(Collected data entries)
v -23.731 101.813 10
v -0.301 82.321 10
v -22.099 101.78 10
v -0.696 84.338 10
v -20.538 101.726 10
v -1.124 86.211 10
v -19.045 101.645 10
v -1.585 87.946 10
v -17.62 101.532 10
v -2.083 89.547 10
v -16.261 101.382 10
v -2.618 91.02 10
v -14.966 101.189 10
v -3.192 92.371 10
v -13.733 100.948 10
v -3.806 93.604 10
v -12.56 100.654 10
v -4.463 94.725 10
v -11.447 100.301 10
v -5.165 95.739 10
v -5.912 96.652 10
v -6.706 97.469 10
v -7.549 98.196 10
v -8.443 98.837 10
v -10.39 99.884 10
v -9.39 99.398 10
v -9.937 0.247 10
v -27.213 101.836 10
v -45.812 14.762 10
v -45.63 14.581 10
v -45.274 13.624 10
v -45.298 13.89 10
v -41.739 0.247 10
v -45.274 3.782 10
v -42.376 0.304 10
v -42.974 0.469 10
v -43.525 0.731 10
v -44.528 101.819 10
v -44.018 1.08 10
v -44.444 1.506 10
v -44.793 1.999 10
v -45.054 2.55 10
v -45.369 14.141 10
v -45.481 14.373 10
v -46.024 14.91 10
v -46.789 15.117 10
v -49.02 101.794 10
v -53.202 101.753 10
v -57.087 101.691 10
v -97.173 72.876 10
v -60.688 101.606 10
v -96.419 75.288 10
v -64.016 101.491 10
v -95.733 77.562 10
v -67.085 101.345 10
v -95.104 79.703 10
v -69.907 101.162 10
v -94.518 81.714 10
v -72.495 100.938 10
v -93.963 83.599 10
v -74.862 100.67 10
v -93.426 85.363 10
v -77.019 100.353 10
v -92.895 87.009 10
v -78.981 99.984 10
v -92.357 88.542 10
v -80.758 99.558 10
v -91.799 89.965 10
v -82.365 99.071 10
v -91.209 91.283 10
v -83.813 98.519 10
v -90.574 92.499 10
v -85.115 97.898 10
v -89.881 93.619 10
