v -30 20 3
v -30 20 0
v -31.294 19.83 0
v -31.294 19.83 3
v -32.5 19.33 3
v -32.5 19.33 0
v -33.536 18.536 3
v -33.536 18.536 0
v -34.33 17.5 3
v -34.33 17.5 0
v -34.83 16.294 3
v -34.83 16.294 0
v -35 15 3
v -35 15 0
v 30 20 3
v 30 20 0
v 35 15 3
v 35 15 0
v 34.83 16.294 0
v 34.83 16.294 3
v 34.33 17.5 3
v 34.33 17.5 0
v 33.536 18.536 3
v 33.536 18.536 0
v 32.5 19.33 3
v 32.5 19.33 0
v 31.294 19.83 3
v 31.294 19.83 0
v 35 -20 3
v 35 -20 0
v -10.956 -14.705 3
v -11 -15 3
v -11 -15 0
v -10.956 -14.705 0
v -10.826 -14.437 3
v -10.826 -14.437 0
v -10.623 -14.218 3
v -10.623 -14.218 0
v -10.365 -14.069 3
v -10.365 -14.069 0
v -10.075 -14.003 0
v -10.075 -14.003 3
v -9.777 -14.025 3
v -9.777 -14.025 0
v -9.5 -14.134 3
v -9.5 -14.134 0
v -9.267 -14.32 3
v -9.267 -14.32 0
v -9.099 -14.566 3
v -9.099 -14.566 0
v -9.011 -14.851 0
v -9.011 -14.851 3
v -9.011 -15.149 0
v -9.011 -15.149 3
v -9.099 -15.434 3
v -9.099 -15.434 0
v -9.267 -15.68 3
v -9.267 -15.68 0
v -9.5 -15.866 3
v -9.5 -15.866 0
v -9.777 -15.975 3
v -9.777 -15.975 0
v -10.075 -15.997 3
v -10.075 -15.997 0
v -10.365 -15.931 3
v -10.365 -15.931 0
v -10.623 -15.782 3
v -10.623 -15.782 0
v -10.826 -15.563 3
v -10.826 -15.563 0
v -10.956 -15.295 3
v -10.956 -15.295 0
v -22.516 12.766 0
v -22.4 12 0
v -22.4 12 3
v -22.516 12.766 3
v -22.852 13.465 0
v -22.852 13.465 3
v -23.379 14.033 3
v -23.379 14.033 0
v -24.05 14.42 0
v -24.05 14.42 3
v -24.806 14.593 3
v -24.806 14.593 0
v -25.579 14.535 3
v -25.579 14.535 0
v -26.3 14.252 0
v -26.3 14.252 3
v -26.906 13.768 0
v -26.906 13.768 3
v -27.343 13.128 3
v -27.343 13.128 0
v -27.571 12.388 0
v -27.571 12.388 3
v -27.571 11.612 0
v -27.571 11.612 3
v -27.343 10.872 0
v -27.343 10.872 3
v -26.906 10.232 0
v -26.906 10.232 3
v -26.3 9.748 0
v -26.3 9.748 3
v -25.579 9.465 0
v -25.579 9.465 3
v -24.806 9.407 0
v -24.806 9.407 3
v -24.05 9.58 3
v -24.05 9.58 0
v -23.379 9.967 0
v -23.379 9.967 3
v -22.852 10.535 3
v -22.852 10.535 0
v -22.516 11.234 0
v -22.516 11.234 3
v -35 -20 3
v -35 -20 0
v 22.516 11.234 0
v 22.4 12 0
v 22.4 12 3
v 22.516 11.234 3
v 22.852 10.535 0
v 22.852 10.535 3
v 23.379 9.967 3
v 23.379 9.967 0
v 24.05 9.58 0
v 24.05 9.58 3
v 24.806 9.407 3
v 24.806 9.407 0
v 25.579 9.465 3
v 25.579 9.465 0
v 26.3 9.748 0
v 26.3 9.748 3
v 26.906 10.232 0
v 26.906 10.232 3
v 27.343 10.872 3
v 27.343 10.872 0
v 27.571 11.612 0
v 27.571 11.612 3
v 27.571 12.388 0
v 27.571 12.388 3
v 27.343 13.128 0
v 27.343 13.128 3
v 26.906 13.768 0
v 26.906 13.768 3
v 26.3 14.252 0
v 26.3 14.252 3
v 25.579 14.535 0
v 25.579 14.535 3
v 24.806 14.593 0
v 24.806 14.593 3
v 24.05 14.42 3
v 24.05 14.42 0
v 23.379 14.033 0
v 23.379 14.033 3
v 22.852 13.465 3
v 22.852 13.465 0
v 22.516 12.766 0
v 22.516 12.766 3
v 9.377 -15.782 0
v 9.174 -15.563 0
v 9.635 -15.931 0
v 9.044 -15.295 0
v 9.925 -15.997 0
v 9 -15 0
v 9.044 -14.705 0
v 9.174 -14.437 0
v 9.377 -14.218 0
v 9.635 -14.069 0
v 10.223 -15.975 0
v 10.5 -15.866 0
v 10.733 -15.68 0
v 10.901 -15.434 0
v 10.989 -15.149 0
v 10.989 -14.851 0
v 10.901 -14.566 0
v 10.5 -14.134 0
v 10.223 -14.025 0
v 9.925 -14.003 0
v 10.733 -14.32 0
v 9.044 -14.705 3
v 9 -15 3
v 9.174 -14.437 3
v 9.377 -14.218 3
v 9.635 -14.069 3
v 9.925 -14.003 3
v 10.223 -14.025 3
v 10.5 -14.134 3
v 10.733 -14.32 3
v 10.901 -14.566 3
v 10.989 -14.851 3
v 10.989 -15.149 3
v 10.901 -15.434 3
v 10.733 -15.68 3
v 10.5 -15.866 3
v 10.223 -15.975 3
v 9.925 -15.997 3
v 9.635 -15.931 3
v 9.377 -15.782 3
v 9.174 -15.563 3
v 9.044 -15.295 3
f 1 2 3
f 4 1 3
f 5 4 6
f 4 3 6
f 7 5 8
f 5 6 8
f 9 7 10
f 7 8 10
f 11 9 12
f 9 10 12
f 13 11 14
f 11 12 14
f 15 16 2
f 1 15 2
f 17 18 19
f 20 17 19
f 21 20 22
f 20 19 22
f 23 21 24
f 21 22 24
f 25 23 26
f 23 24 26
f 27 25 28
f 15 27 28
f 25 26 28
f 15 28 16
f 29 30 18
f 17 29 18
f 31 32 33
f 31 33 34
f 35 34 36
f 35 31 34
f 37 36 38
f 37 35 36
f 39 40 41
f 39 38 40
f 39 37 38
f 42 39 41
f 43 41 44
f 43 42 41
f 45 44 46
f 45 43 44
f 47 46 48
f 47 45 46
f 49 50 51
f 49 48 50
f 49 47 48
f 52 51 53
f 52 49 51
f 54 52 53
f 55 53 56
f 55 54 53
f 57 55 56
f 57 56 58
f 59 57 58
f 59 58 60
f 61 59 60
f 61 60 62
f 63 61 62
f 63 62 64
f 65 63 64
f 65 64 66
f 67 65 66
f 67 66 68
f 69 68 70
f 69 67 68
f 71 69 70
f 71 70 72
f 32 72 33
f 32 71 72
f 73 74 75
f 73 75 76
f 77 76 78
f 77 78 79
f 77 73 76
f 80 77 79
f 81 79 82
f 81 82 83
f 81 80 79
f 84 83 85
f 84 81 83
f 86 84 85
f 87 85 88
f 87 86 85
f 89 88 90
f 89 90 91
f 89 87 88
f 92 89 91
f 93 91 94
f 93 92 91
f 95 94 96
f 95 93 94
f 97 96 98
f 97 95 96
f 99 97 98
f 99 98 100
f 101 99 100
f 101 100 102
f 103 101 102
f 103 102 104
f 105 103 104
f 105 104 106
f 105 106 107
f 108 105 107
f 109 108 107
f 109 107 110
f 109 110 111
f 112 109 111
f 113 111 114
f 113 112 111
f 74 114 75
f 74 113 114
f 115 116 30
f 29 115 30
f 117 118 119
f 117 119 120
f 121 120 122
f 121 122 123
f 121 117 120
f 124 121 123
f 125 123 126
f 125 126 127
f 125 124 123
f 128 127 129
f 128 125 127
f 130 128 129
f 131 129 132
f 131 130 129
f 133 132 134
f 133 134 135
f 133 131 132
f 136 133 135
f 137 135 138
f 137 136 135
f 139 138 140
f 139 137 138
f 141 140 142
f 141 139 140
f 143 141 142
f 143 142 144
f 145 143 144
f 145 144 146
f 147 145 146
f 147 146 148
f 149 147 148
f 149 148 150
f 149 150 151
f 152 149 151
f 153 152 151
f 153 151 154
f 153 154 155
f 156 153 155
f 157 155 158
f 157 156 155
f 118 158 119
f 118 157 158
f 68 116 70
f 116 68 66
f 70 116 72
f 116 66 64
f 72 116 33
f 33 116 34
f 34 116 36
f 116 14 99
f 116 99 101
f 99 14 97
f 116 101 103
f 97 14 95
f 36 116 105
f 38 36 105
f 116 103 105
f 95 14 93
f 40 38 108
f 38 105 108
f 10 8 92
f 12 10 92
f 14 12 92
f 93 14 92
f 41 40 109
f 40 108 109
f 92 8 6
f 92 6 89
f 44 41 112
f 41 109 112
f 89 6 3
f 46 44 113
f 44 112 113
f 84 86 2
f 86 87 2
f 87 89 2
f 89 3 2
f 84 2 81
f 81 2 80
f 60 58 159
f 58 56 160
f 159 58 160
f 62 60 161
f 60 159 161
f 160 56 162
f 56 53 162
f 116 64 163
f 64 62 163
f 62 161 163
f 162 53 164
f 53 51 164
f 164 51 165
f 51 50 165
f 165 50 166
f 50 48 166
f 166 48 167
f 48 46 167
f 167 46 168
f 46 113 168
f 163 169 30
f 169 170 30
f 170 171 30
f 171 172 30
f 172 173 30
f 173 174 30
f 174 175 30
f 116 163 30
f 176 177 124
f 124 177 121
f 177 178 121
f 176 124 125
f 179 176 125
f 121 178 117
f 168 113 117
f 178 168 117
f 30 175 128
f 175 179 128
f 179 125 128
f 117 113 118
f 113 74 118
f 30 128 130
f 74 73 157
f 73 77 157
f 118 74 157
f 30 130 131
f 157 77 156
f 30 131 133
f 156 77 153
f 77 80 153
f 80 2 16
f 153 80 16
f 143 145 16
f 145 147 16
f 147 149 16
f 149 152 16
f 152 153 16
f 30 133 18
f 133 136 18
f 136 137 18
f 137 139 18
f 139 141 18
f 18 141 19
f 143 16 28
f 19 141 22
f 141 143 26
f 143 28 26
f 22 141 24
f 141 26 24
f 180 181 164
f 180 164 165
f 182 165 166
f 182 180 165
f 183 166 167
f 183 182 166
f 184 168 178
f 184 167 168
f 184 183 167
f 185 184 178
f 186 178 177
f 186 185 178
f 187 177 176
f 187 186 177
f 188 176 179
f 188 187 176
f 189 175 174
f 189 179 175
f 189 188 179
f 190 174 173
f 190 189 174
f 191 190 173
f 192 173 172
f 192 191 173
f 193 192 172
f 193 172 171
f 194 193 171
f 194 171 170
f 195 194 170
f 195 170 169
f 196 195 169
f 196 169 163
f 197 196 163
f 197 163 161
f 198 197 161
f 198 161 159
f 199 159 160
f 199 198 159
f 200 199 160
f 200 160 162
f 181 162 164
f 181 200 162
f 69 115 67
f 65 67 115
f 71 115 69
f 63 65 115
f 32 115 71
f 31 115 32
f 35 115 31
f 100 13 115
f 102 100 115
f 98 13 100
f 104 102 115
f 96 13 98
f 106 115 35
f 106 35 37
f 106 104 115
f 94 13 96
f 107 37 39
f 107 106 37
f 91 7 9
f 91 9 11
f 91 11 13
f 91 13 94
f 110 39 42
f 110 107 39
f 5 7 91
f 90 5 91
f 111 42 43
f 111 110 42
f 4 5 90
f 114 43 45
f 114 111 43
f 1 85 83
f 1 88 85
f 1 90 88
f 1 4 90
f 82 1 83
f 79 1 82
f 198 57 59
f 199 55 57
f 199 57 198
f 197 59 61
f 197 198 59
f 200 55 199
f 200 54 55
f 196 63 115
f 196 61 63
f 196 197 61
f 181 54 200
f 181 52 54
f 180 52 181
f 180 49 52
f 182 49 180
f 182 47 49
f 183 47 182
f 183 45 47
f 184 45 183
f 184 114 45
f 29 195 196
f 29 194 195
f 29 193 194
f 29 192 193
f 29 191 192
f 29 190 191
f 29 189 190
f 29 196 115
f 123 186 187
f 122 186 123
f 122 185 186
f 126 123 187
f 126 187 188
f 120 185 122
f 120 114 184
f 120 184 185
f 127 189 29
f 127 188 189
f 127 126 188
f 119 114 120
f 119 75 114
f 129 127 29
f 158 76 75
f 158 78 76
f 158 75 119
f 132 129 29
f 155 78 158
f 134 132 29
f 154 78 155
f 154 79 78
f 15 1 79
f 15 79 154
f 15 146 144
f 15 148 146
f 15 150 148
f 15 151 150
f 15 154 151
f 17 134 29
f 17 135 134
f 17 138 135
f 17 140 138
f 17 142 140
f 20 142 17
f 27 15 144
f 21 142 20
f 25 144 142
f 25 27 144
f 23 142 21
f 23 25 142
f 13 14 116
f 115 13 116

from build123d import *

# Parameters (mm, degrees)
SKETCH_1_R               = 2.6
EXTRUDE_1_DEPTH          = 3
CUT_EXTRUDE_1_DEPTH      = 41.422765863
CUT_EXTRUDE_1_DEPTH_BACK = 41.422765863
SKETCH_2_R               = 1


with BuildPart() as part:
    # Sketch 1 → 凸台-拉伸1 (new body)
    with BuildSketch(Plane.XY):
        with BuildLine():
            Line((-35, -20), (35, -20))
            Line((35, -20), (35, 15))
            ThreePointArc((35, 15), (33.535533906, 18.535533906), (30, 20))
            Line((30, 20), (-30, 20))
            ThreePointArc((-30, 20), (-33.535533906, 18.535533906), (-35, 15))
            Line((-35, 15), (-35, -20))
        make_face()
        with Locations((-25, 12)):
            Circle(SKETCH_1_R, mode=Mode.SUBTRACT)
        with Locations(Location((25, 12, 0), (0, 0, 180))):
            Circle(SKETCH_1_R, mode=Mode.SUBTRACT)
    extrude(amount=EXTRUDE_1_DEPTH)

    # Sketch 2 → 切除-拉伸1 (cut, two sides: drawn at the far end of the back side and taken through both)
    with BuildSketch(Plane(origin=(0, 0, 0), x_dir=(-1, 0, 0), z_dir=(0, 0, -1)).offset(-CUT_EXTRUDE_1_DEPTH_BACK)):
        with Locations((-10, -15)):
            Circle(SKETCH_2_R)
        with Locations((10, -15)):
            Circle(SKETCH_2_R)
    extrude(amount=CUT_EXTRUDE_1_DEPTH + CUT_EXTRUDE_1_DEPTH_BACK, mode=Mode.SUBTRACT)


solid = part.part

Task objective
Set down only the lines above that fall between the line holding "f 133 134 135" and the line holding "f 34 116 36", inclusive, keeping each exact.

Answer below
f 133 134 135
f 133 131 132
f 136 133 135
f 137 135 138
f 137 136 135
f 139 138 140
f 139 137 138
f 141 140 142
f 141 139 140
f 143 141 142
f 143 142 144
f 145 143 144
f 145 144 146
f 147 145 146
f 147 146 148
f 149 147 148
f 149 148 150
f 149 150 151
f 152 149 151
f 153 152 151
f 153 151 154
f 153 154 155
f 156 153 155
f 157 155 158
f 157 156 155
f 118 158 119
f 118 157 158
f 68 116 70
f 116 68 66
f 70 116 72
f 116 66 64
f 72 116 33
f 33 116 34
f 34 116 36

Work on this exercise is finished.